Understanding Osteoarthritis

Written by Amy Pusey (last updated April 17, 2009)

Osteoarthritis is the oldest arthritic condition, and is in archeological records after having been diagnosed in skeletal remains over 10,000 years old. The basic symptoms probably have not changed that much over thousands of years, with sufferers experiencing stiffness, pain and restricted movement in their joints. While Osteoarthritis is the general term used by most doctors, you may also hear it referred to as degenerative joint disease or hypertrophic (excessive amounts of nutrients) arthritis. Despite its longevity in the world of medicine, doctors have yet to determine the nature of its causes, and while they are able to provide effective treatments these days there is still no cure on the horizon. General signs that Osteoarthritis preparing to rear its ugly head may include the following:

  • Stiffness in the morning that lasts at least 30 minutes after waking
  • A limp is revealed when walking
  • Pain near the groin, thighs, and derriere
  • A grating or catching sensation with moving the knee
  • Larger thigh muscles are weak
  • Tenderness and swelling in affected joint areas
  • Pain and tenderness in the great toe's largest joint
  • Pressure in the spinal cord (sensation of pinched nerves)

Doctors have been able to identify two particular types (or categories) of Osteoarthritis. Primary Osteoarthritis has been classified as the standard associated with aging due to the natural, progressive wear-and-tear of the cartilage. Secondary Osteoarthritis is used to identify a presumed or related cause for the deterioration. This secondary group encompasses a number of risk factors that doctors will specifically look at to determine if there is a relationship between their presence and the development of the Osteoarthritis. These risk factors include:

  • Age. Odds of experiencing even a modest degree of arthritis increase as you age. However, that does not insinuate that all elderly individuals will eventually be dealing with a form of arthritis.
  • Injury. Previous injuries or surgeries can make an individual more susceptible to developing arthritis in the affected joints. Collegiate and professional athletes often find that after years of abuse to their large joints through repetitive activities results in dealing with the symptoms of arthritis.
  • Body Weight. The impact of every extra pound can be incredible to the joints, especially the hips and knees. Because of location and distribution, every additional pound of body weight placed an additional 3 pounds of pressure to the hip and knee joints.
  • Muscle Weakness. A weakness in the muscles around weight-bearing joints, especially the knees, provides an environment for Osteoarthritis to develop. By keeping these muscles active and strong, the risk is reduced.
  • Genetics. Heredity is becoming a prominent factor in individuals developing Osteoarthritis. Bone abnormalities, such as double-jointed hands or bowed legs, as presenting as greater risk factors for developing the disease. However, just because an abnormality is present does not ensure the arthritis will occur.
  • Diseases. If Rheumatoid Arthritis is a condition you are already suffering, this can put you at risk for developing Osteoarthritis. Having too much iron in your body, called Hemochromotosis, can break down the cartilage between the joints. Also, growth hormones in excessive quantities, which are known as Acromegaly, can greatly impact the health and stability of the bones and joints.

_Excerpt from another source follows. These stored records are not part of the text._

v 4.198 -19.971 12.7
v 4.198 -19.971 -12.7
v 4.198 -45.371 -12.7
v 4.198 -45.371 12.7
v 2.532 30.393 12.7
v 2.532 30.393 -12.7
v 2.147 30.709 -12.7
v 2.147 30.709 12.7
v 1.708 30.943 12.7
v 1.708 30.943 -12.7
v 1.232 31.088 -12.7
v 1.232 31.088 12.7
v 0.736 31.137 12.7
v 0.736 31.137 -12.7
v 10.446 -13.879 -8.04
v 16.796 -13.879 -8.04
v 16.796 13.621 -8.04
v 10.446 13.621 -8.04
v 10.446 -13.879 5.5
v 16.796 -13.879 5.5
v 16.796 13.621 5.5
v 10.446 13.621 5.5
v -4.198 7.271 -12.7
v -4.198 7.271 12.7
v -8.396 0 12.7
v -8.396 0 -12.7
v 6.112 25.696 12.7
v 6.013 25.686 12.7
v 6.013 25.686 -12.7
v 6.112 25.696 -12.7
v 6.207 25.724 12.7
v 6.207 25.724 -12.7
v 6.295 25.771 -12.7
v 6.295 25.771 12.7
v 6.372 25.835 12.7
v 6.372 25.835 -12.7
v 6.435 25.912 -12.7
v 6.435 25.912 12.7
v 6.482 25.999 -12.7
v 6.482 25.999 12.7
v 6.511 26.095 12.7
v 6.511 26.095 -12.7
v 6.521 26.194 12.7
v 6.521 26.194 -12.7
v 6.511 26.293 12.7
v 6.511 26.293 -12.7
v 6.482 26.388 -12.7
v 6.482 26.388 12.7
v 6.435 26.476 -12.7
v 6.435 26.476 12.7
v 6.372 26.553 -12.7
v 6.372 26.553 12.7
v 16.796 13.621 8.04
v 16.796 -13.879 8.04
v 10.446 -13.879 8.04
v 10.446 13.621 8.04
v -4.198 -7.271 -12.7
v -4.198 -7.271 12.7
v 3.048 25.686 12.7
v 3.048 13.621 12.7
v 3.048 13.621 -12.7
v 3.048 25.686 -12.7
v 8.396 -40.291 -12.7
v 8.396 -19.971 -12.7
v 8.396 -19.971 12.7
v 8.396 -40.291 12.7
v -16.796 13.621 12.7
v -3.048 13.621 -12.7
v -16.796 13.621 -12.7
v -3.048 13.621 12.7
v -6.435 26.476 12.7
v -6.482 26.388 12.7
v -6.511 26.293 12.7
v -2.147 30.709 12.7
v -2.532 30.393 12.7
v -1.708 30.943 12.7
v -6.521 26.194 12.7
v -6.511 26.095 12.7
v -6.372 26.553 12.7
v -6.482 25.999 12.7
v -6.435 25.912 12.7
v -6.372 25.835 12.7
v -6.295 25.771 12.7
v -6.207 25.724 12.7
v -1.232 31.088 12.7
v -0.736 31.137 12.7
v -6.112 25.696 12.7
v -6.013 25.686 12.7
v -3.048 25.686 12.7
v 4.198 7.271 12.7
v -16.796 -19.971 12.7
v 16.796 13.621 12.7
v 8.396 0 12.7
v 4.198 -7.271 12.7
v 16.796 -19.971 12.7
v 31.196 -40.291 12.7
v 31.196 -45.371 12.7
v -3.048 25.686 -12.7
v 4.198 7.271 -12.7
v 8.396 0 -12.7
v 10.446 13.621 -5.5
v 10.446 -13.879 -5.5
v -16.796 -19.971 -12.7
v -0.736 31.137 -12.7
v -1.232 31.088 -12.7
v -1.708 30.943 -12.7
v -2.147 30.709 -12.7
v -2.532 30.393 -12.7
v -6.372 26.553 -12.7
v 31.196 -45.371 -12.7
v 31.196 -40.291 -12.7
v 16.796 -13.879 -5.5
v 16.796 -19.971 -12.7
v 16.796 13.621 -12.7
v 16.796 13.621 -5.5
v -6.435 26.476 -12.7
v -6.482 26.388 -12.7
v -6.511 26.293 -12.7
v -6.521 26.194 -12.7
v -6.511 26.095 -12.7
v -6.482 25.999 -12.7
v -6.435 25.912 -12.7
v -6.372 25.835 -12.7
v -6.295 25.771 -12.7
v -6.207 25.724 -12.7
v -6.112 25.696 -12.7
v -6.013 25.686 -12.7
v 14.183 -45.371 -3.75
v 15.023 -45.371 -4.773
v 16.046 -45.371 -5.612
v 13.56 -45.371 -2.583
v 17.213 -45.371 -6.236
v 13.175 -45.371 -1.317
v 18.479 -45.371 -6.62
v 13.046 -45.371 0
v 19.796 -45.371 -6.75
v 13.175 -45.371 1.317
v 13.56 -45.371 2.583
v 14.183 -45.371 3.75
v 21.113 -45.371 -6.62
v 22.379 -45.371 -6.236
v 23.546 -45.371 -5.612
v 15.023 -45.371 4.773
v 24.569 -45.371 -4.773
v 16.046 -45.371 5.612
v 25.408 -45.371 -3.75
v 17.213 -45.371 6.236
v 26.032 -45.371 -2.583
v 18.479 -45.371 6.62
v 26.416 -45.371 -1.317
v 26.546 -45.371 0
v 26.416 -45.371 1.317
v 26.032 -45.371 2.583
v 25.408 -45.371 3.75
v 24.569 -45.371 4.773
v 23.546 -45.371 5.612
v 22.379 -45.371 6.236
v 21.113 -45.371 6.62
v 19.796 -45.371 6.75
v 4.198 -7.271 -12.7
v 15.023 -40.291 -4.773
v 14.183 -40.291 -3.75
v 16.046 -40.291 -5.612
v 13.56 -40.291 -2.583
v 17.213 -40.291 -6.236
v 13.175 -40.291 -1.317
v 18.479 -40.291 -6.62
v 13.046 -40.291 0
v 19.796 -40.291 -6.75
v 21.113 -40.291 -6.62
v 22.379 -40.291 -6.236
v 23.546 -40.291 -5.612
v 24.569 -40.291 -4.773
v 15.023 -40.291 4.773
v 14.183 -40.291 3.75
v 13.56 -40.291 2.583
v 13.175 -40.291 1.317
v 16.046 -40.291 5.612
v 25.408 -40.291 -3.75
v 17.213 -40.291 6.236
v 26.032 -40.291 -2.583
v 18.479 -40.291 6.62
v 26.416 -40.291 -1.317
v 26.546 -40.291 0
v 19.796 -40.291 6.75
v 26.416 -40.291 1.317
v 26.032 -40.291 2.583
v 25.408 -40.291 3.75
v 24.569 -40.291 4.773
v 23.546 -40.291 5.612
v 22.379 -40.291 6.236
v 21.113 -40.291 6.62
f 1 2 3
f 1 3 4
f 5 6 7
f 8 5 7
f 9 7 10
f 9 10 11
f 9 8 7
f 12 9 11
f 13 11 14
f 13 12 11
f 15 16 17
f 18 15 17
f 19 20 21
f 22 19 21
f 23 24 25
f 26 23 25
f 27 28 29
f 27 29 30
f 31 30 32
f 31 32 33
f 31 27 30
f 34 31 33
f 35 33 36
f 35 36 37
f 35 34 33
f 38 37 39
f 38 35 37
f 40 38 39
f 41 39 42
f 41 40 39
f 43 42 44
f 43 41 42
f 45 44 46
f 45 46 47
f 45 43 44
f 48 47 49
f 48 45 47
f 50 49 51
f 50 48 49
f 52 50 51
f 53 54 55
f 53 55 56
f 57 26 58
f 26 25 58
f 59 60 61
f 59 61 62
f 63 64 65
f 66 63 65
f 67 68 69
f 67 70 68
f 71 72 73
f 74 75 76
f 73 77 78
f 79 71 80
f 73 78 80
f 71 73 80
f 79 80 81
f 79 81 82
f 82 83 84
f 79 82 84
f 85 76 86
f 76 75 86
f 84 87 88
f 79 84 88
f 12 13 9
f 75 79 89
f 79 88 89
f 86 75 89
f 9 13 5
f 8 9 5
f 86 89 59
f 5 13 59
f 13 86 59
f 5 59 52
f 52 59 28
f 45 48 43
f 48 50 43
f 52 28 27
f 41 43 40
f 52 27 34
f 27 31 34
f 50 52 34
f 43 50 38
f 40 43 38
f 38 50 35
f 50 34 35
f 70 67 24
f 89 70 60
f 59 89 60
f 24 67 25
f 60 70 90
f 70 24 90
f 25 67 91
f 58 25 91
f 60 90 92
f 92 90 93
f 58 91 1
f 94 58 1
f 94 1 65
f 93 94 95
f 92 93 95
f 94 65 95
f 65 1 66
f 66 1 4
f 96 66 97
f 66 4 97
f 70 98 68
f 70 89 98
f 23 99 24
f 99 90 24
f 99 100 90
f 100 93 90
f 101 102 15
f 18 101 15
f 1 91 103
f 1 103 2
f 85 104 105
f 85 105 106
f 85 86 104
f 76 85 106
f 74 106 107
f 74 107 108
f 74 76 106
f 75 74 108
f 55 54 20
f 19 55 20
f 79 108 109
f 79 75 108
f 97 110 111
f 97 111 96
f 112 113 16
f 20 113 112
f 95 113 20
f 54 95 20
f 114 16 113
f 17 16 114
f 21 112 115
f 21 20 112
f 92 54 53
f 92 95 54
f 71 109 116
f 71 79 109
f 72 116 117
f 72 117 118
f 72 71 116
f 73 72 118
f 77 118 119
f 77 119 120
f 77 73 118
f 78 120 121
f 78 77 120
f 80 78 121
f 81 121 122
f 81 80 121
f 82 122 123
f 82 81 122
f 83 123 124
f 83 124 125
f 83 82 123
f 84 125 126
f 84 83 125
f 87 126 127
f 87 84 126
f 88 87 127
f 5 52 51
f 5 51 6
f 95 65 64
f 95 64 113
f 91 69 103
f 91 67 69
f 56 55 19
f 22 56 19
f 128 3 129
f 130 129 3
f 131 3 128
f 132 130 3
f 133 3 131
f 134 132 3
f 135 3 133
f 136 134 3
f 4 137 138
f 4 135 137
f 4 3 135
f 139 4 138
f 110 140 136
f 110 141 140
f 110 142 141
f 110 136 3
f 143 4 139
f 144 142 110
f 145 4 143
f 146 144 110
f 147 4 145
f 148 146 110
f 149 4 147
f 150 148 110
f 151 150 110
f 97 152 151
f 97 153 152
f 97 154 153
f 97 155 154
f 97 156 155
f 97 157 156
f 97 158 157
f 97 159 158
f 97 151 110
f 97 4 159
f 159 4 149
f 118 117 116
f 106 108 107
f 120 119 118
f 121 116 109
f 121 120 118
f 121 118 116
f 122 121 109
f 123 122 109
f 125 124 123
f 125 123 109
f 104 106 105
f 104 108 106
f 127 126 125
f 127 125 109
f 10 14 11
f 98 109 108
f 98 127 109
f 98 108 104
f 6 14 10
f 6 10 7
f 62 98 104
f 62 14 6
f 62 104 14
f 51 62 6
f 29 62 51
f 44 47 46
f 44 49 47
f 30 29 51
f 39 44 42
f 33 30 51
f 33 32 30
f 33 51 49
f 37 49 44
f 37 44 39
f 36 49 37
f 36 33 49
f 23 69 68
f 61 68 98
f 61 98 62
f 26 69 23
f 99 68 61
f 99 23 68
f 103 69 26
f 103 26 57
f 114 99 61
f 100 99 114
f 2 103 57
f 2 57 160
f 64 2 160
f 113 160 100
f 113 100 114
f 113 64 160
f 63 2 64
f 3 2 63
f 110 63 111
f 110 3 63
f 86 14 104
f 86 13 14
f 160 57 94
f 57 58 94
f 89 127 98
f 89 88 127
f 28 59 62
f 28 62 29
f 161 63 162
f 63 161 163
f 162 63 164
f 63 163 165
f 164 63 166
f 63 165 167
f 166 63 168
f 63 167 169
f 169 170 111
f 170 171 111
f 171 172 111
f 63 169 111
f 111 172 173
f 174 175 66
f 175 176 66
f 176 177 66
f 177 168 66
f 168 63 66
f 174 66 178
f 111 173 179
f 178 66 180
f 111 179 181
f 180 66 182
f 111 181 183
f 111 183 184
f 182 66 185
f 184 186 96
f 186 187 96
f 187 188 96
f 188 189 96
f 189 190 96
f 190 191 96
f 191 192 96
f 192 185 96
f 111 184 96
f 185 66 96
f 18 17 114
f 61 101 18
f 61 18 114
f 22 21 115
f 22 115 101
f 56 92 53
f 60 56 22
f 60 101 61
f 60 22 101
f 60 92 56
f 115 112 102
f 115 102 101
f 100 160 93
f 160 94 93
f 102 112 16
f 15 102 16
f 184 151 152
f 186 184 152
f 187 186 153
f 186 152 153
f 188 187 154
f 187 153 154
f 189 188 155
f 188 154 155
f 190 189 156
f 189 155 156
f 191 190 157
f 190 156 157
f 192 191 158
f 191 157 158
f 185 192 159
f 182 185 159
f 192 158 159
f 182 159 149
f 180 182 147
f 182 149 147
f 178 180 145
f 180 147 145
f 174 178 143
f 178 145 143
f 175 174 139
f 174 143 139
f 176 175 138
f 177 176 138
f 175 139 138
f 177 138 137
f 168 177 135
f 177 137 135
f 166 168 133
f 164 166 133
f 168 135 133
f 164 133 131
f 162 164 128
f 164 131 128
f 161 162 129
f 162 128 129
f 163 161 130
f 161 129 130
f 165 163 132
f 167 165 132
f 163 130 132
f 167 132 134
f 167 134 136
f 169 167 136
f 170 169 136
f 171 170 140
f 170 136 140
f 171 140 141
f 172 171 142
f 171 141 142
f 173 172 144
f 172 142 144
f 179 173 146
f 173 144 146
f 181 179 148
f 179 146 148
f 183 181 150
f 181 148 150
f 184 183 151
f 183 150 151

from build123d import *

# Parameters (mm, degrees)
BOSS_EXTRUDE1_DEPTH = 12.7
SKETCH8_W           = 2.54
SKETCH8_H           = 27.5
CUT_EXTRUDE1_DEPTH  = 6.35
SKETCH3_W           = 4.197769469
SKETCH3_H           = 25.4
BOSS_EXTRUDE2_DEPTH = 25.4
SKETCH4_W           = 22.800422122
SKETCH4_H           = 25.4
SKETCH4_R           = 6.75
BOSS_EXTRUDE3_DEPTH = 5.08


with BuildPart() as part:
    # Sketch1 → Boss-Extrude1 (new body, symmetric)
    with BuildSketch(Plane.XY):
        with BuildLine():
            Line((-16.79575, 13.62075), (-16.79575, -19.97075))
            Line((-16.79575, -19.97075), (16.79575, -19.97075))
            Line((16.79575, -19.97075), (16.79575, 13.62075))
            Line((16.79575, 13.62075), (3.048, 13.62075))
            Line((3.048, 13.62075), (3.048, 25.68575))
            Line((3.048, 25.68575), (6.01257951, 25.68575))
            ThreePointArc((6.01257951, 25.68575), (6.481910313, 25.999346816), (6.371789755, 26.552960245))
            Line((6.371789755, 26.552960245), (2.532108776, 30.392641224))
            ThreePointArc((2.532108776, 30.392641224), (1.70807347, 30.943244013), (0.736057552, 31.13659))
            Line((0.736057552, 31.13659), (-0.736057552, 31.13659))
            ThreePointArc((-0.736057552, 31.13659), (-1.70807347, 30.943244013), (-2.532108776, 30.392641224))
            Line((-2.532108776, 30.392641224), (-6.371789755, 26.552960245))
            ThreePointArc((-6.371789755, 26.552960245), (-6.481910313, 25.999346816), (-6.01257951, 25.68575))
            Line((-6.01257951, 25.68575), (-3.048, 25.68575))
            Line((-3.048, 25.68575), (-3.048, 13.62075))
            Line((-3.048, 13.62075), (-16.79575, 13.62075))
        make_face()
        Polygon((-4.19776947, 7.27075), (-8.395538939, 0), (-4.19776947, -7.27075), (4.19776947, -7.27075), (8.395538939, 0), (4.19776947, 7.27075), align=None, mode=Mode.SUBTRACT)
    extrude(amount=BOSS_EXTRUDE1_DEPTH, both=True)

    # Sketch8 → Cut-Extrude1 (cut)
    with BuildSketch(Plane(origin=(16.79575, 0, 0), x_dir=(0, 0, -1), z_dir=(1, 0, 0))):
        with Locations((-6.77, -0.12925)):
            Rectangle(SKETCH8_W, SKETCH8_H)
        with Locations((6.77, -0.12925)):
            Rectangle(SKETCH8_W, SKETCH8_H)
    extrude(amount=-CUT_EXTRUDE1_DEPTH, mode=Mode.SUBTRACT)

    # Sketch3 → Boss-Extrude2 (add)
    with BuildSketch(Plane.XZ.offset(19.97075)):
        with Locations((6.296654204, 0)):
            Rectangle(SKETCH3_W, SKETCH3_H)
    extrude(amount=BOSS_EXTRUDE2_DEPTH)

    # Sketch4 → Boss-Extrude3 (add)
    with BuildSketch(Plane.XZ.offset(45.37075)):
        with Locations((19.79575, 0)):
            Rectangle(SKETCH4_W, SKETCH4_H)
        with Locations((19.79575, 0)):
            Circle(SKETCH4_R, mode=Mode.SUBTRACT)
    extrude(amount=-BOSS_EXTRUDE3_DEPTH)


solid = part.part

In order to make a proper diagnosis and advise on an effective course of treatment, your doctor will review your medical history, perform a full physical examination, order x-rays of the affected areas, and conduct joint aspiration, which is the draining of fluid from the affected joints for laboratory analysis.

Author Bio

Amy Pusey

With over 18 years experience in operations and human-resource management, Amy Pusey uses her skills in her consulting and freelance writing activities. She is a freelance writer for Tips.net, as well as a resume writer for GreenThumbResumes.com. ...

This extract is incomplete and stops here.